| TASK DETAILS |
There is one span to output from the data below: the lines starting at the line with "face PLANE(AX(P(8.255,22.479,0),D(0,-1,0),D(-1,0,0))) rev" and ending at the line with "face PLANE(AX(P(0,8.0645,16.129),D(0,0,1),D(1,0,0))) [e20". Output it exactly, ends included, nothing more.

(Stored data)
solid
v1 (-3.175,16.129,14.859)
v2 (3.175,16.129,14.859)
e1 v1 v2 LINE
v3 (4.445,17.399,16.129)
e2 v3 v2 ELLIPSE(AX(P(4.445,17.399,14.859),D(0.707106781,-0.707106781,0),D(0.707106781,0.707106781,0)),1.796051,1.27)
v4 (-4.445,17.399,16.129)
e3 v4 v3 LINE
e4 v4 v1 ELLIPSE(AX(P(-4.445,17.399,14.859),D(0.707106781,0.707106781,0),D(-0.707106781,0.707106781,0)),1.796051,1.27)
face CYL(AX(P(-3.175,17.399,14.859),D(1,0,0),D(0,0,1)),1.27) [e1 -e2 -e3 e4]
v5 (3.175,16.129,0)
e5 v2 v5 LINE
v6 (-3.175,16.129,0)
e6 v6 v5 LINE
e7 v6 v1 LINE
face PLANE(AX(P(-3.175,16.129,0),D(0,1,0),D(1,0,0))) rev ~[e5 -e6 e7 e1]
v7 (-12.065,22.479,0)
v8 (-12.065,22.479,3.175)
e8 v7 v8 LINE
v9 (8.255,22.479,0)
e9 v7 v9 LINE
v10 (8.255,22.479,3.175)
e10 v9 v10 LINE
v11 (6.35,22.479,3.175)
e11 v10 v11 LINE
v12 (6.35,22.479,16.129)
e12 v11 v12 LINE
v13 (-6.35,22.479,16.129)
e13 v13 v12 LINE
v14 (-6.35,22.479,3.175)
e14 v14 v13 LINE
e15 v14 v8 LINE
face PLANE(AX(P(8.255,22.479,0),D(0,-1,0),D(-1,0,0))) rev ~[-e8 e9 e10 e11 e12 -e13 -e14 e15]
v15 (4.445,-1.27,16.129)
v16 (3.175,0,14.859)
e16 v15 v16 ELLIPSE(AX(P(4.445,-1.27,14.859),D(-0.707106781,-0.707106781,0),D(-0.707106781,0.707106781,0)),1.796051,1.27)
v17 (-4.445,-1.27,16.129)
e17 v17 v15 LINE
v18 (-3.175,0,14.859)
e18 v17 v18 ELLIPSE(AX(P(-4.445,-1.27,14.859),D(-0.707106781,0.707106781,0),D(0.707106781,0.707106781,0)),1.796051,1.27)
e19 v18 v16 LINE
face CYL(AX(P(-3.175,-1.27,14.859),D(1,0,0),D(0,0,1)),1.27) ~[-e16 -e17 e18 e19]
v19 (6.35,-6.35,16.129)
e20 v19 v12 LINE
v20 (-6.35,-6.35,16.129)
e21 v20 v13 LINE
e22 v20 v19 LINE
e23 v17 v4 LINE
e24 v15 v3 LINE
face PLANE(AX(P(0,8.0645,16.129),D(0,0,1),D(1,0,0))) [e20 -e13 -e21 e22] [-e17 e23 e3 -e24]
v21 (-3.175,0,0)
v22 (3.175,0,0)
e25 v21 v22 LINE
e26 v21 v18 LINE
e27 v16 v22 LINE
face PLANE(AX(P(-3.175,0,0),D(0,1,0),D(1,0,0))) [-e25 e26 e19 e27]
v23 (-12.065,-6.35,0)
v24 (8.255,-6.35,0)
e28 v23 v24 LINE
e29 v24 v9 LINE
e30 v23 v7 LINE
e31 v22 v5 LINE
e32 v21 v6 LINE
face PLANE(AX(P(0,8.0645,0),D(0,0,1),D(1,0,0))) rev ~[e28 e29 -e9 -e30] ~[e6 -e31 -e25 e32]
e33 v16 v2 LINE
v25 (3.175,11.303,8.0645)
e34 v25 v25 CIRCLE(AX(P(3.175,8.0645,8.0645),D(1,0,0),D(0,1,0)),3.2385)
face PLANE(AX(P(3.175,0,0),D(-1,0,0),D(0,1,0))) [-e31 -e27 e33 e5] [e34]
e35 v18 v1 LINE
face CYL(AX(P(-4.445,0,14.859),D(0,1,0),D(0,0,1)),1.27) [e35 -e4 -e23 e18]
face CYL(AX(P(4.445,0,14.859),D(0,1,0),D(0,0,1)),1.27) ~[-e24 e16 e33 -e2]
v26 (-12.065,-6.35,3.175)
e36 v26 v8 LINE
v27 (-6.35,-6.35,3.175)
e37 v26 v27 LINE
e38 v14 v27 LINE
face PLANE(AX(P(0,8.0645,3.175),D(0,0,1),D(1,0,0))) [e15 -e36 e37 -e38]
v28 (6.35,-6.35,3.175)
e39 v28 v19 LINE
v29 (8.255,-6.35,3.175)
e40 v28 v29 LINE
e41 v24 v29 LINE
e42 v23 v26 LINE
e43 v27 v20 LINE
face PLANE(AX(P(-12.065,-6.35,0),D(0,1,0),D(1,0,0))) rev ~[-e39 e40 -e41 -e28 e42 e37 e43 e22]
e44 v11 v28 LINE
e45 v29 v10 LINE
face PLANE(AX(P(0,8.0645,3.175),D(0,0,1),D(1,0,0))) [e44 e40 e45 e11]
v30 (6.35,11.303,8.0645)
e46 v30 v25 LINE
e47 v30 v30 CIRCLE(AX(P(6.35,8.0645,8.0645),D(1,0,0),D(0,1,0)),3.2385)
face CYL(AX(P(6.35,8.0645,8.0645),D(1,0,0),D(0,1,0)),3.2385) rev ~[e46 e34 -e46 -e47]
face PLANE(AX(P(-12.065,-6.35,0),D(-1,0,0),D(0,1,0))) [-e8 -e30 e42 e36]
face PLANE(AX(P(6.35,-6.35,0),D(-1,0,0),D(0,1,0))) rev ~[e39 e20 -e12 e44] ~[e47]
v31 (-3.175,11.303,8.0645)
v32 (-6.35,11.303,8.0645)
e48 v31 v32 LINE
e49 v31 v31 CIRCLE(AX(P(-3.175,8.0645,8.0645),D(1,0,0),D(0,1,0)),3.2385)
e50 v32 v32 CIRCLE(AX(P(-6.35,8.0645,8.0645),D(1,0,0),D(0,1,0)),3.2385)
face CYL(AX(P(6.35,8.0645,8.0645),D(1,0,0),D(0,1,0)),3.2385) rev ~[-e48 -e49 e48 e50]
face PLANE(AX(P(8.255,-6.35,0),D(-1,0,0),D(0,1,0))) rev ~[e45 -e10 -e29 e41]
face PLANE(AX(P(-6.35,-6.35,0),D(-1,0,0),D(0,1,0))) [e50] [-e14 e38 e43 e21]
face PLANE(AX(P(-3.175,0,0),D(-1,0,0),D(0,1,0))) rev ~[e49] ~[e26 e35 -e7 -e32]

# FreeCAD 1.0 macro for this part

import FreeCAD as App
import Part
import Sketcher

V = App.Vector
Q = App.Units.Quantity


def edges_at(feature, points):
    """Names of the edges that pass closest to the given points."""
    edges = feature.Shape.Edges
    near = lambda p: min(range(len(edges)), key=lambda i: edges[i].distToShape(Part.Vertex(*p))[0])
    return sorted({f"Edge{near(p) + 1}" for p in points})

doc = App.newDocument("Part")
params = doc.addObject("Spreadsheet::Sheet", "Params")
for row, (alias, value) in enumerate([
    ("sketch1_width", "0.8 in"),
    ("sketch1_width2", "0.25 in"),
    ("sketch1_height", "1.135 in"),
    ("sketch1_height2", "0.635 in"),
    ("pad1_length", "0.125 in"),
    ("sketch2_width", "0.5 in"),
    ("sketch2_width2", "0.25 in"),
    ("sketch2_height", "1.135 in"),
    ("sketch2_height2", "0.635 in"),
    ("pad2_length", "0.635 in"),
    ("sketch3_diameter", "0.255 in"),
    ("fillet_radius", "0.05 in"),
], start=1):
    params.set(f"A{row}", alias)
    params.set(f"B{row}", "=" + value)
    params.setAlias(f"B{row}", alias)

body = doc.addObject("PartDesign::Body", "Body")

sketch1 = body.newObject("Sketcher::SketchObject", "Sketch")
sketch1.AttachmentSupport = (doc.getObject("XY_Plane"), [""])
sketch1.MapMode = "FlatFace"
sketch1.addGeometry(Part.LineSegment(V(-12, 22, 0), V(-12, -6, 0)), False)
sketch1.addGeometry(Part.LineSegment(V(-12, -6, 0), V(8, -6, 0)), False)
sketch1.addGeometry(Part.LineSegment(V(8, -6, 0), V(8, 22, 0)), False)
sketch1.addGeometry(Part.LineSegment(V(8, 22, 0), V(-12, 22, 0)), False)
sketch1.addGeometry(Part.LineSegment(V(3, 0, 0), V(-3, 0, 0)), False)
sketch1.addGeometry(Part.LineSegment(V(-3, 0, 0), V(-3, 16, 0)), False)
sketch1.addGeometry(Part.LineSegment(V(-3, 16, 0), V(3, 16, 0)), False)
sketch1.addGeometry(Part.LineSegment(V(3, 16, 0), V(3, 0, 0)), False)
sketch1.addConstraint(Sketcher.Constraint("Coincident", 0, 2, 1, 1))
sketch1.addConstraint(Sketcher.Constraint("Coincident", 1, 2, 2, 1))
sketch1.addConstraint(Sketcher.Constraint("Coincident", 2, 2, 3, 1))
sketch1.addConstraint(Sketcher.Constraint("Coincident", 3, 2, 0, 1))
sketch1.addConstraint(Sketcher.Constraint("Coincident", 4, 2, 5, 1))
sketch1.addConstraint(Sketcher.Constraint("Coincident", 5, 2, 6, 1))
sketch1.addConstraint(Sketcher.Constraint("Coincident", 6, 2, 7, 1))
sketch1.addConstraint(Sketcher.Constraint("Coincident", 7, 2, 4, 1))
sketch1.addConstraint(Sketcher.Constraint("Vertical", 0))
sketch1.addConstraint(Sketcher.Constraint("Horizontal", 1))
sketch1.addConstraint(Sketcher.Constraint("Vertical", 2))
sketch1.addConstraint(Sketcher.Constraint("Horizontal", 3))
sketch1.addConstraint(Sketcher.Constraint("Horizontal", 4))
sketch1.addConstraint(Sketcher.Constraint("Vertical", 5))
sketch1.addConstraint(Sketcher.Constraint("Horizontal", 6))
sketch1.addConstraint(Sketcher.Constraint("Vertical", 7))
sketch1.addConstraint(Sketcher.Constraint("Symmetric", 4, 2, 7, 2, -1, 1))
sketch1.addConstraint(Sketcher.Constraint("DistanceX", 1, 1, 1, 2, Q("0.8 in")))
sketch1.addConstraint(Sketcher.Constraint("DistanceX", 4, 2, 4, 1, Q("0.25 in")))
sketch1.addConstraint(Sketcher.Constraint("DistanceX", 6, 2, 2, 2, Q("0.2 in")))
sketch1.addConstraint(Sketcher.Constraint("DistanceY", 0, 2, 0, 1, Q("1.135 in")))
sketch1.addConstraint(Sketcher.Constraint("DistanceY", 5, 1, 5, 2, Q("0.635 in")))
sketch1.addConstraint(Sketcher.Constraint("DistanceY", 0, 2, -1, 1, Q("0.25 in")))
sketch1.setExpression("Constraints[17]", "Params.sketch1_width")
sketch1.setExpression("Constraints[18]", "Params.sketch1_width2")
sketch1.setExpression("Constraints[20]", "Params.sketch1_height")
sketch1.setExpression("Constraints[21]", "Params.sketch1_height2")
pad1 = body.newObject("PartDesign::Pad", "Pad")
pad1.Profile = sketch1
pad1.setExpression("Length", "Params.pad1_length")

sketch2 = body.newObject("Sketcher::SketchObject", "Sketch001")
sketch2.AttachmentSupport = (doc.getObject("XY_Plane"), [""])
sketch2.MapMode = "FlatFace"
sketch2.addGeometry(Part.LineSegment(V(-6, 22, 0), V(-6, -6, 0)), False)
sketch2.addGeometry(Part.LineSegment(V(-6, -6, 0), V(6, -6, 0)), False)
sketch2.addGeometry(Part.LineSegment(V(6, -6, 0), V(6, 22, 0)), False)
sketch2.addGeometry(Part.LineSegment(V(6, 22, 0), V(-6, 22, 0)), False)
sketch2.addGeometry(Part.LineSegment(V(3, 0, 0), V(-3, 0, 0)), False)
sketch2.addGeometry(Part.LineSegment(V(-3, 0, 0), V(-3, 16, 0)), False)
sketch2.addGeometry(Part.LineSegment(V(-3, 16, 0), V(3, 16, 0)), False)
sketch2.addGeometry(Part.LineSegment(V(3, 16, 0), V(3, 0, 0)), False)
sketch2.addConstraint(Sketcher.Constraint("Coincident", 0, 2, 1, 1))
sketch2.addConstraint(Sketcher.Constraint("Coincident", 1, 2, 2, 1))
sketch2.addConstraint(Sketcher.Constraint("Coincident", 2, 2, 3, 1))
sketch2.addConstraint(Sketcher.Constraint("Coincident", 3, 2, 0, 1))
sketch2.addConstraint(Sketcher.Constraint("Coincident", 4, 2, 5, 1))
sketch2.addConstraint(Sketcher.Constraint("Coincident", 5, 2, 6, 1))
sketch2.addConstraint(Sketcher.Constraint("Coincident", 6, 2, 7, 1))
sketch2.addConstraint(Sketcher.Constraint("Coincident", 7, 2, 4, 1))
sketch2.addConstraint(Sketcher.Constraint("Vertical", 0))
sketch2.addConstraint(Sketcher.Constraint("Horizontal", 1))
sketch2.addConstraint(Sketcher.Constraint("Vertical", 2))
sketch2.addConstraint(Sketcher.Constraint("Horizontal", 3))
sketch2.addConstraint(Sketcher.Constraint("Horizontal", 4))
sketch2.addConstraint(Sketcher.Constraint("Vertical", 5))
sketch2.addConstraint(Sketcher.Constraint("Horizontal", 6))
sketch2.addConstraint(Sketcher.Constraint("Vertical", 7))
sketch2.addConstraint(Sketcher.Constraint("Symmetric", 4, 2, 7, 2, -1, 1))
sketch2.addConstraint(Sketcher.Constraint("DistanceX", 1, 1, 1, 2, Q("0.5 in")))
sketch2.addConstraint(Sketcher.Constraint("DistanceX", 4, 2, 4, 1, Q("0.25 in")))
sketch2.addConstraint(Sketcher.Constraint("DistanceY", 0, 2, 0, 1, Q("1.135 in")))
sketch2.addConstraint(Sketcher.Constraint("DistanceY", 5, 1, 5, 2, Q("0.635 in")))
sketch2.addConstraint(Sketcher.Constraint("DistanceX", 0, 2, -1, 1, Q("0.25 in")))
sketch2.addConstraint(Sketcher.Constraint("DistanceY", 0, 2, -1, 1, Q("0.25 in")))
sketch2.setExpression("Constraints[17]", "Params.sketch2_width")
sketch2.setExpression("Constraints[18]", "Params.sketch2_width2")
sketch2.setExpression("Constraints[19]", "Params.sketch2_height")
sketch2.setExpression("Constraints[20]", "Params.sketch2_height2")
pad2 = body.newObject("PartDesign::Pad", "Pad001")
pad2.Profile = sketch2
pad2.setExpression("Length", "Params.pad2_length")

sketch3 = body.newObject("Sketcher::SketchObject", "Sketch002")
sketch3.AttachmentSupport = (doc.getObject("YZ_Plane"), [""])
sketch3.MapMode = "FlatFace"
sketch3.AttachmentOffset = App.Placement(V(0, 0, 0.25 * 25.4), App.Rotation())
sketch3.addGeometry(Part.Circle(V(8.1, 8.1, 0), V(0, 0, 1), 3.2), False)
sketch3.addConstraint(Sketcher.Constraint("Diameter", 0, Q("0.255 in")))
sketch3.addConstraint(Sketcher.Constraint("DistanceX", -1, 1, 0, 3, Q("0.3175 in")))
sketch3.addConstraint(Sketcher.Constraint("DistanceY", -1, 1, 0, 3, Q("0.3175 in")))
sketch3.setExpression("Constraints[0]", "Params.sketch3_diameter")
pocket1 = body.newObject("PartDesign::Pocket", "Pocket")
pocket1.Profile = sketch3
pocket1.Type = "ThroughAll"
doc.recompute()

fillet = body.newObject("PartDesign::Fillet", "Fillet")
fillet.Base = (pocket1, edges_at(pocket1, [
    (3.175, 8.065, 16.129),
    (-3.175, 8.065, 16.129),
    (0, 0, 16.129),
    (0, 16.129, 16.129),
]))
fillet.setExpression("Radius", "Params.fillet_radius")

doc.recompute()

| ANSWER TO THIS EXERCISE |
face PLANE(AX(P(8.255,22.479,0),D(0,-1,0),D(-1,0,0))) rev ~[-e8 e9 e10 e11 e12 -e13 -e14 e15]
v15 (4.445,-1.27,16.129)
v16 (3.175,0,14.859)
e16 v15 v16 ELLIPSE(AX(P(4.445,-1.27,14.859),D(-0.707106781,-0.707106781,0),D(-0.707106781,0.707106781,0)),1.796051,1.27)
v17 (-4.445,-1.27,16.129)
e17 v17 v15 LINE
v18 (-3.175,0,14.859)
e18 v17 v18 ELLIPSE(AX(P(-4.445,-1.27,14.859),D(-0.707106781,0.707106781,0),D(0.707106781,0.707106781,0)),1.796051,1.27)
e19 v18 v16 LINE
face CYL(AX(P(-3.175,-1.27,14.859),D(1,0,0),D(0,0,1)),1.27) ~[-e16 -e17 e18 e19]
v19 (6.35,-6.35,16.129)
e20 v19 v12 LINE
v20 (-6.35,-6.35,16.129)
e21 v20 v13 LINE
e22 v20 v19 LINE
e23 v17 v4 LINE
e24 v15 v3 LINE
face PLANE(AX(P(0,8.0645,16.129),D(0,0,1),D(1,0,0))) [e20 -e13 -e21 e22] [-e17 e23 e3 -e24]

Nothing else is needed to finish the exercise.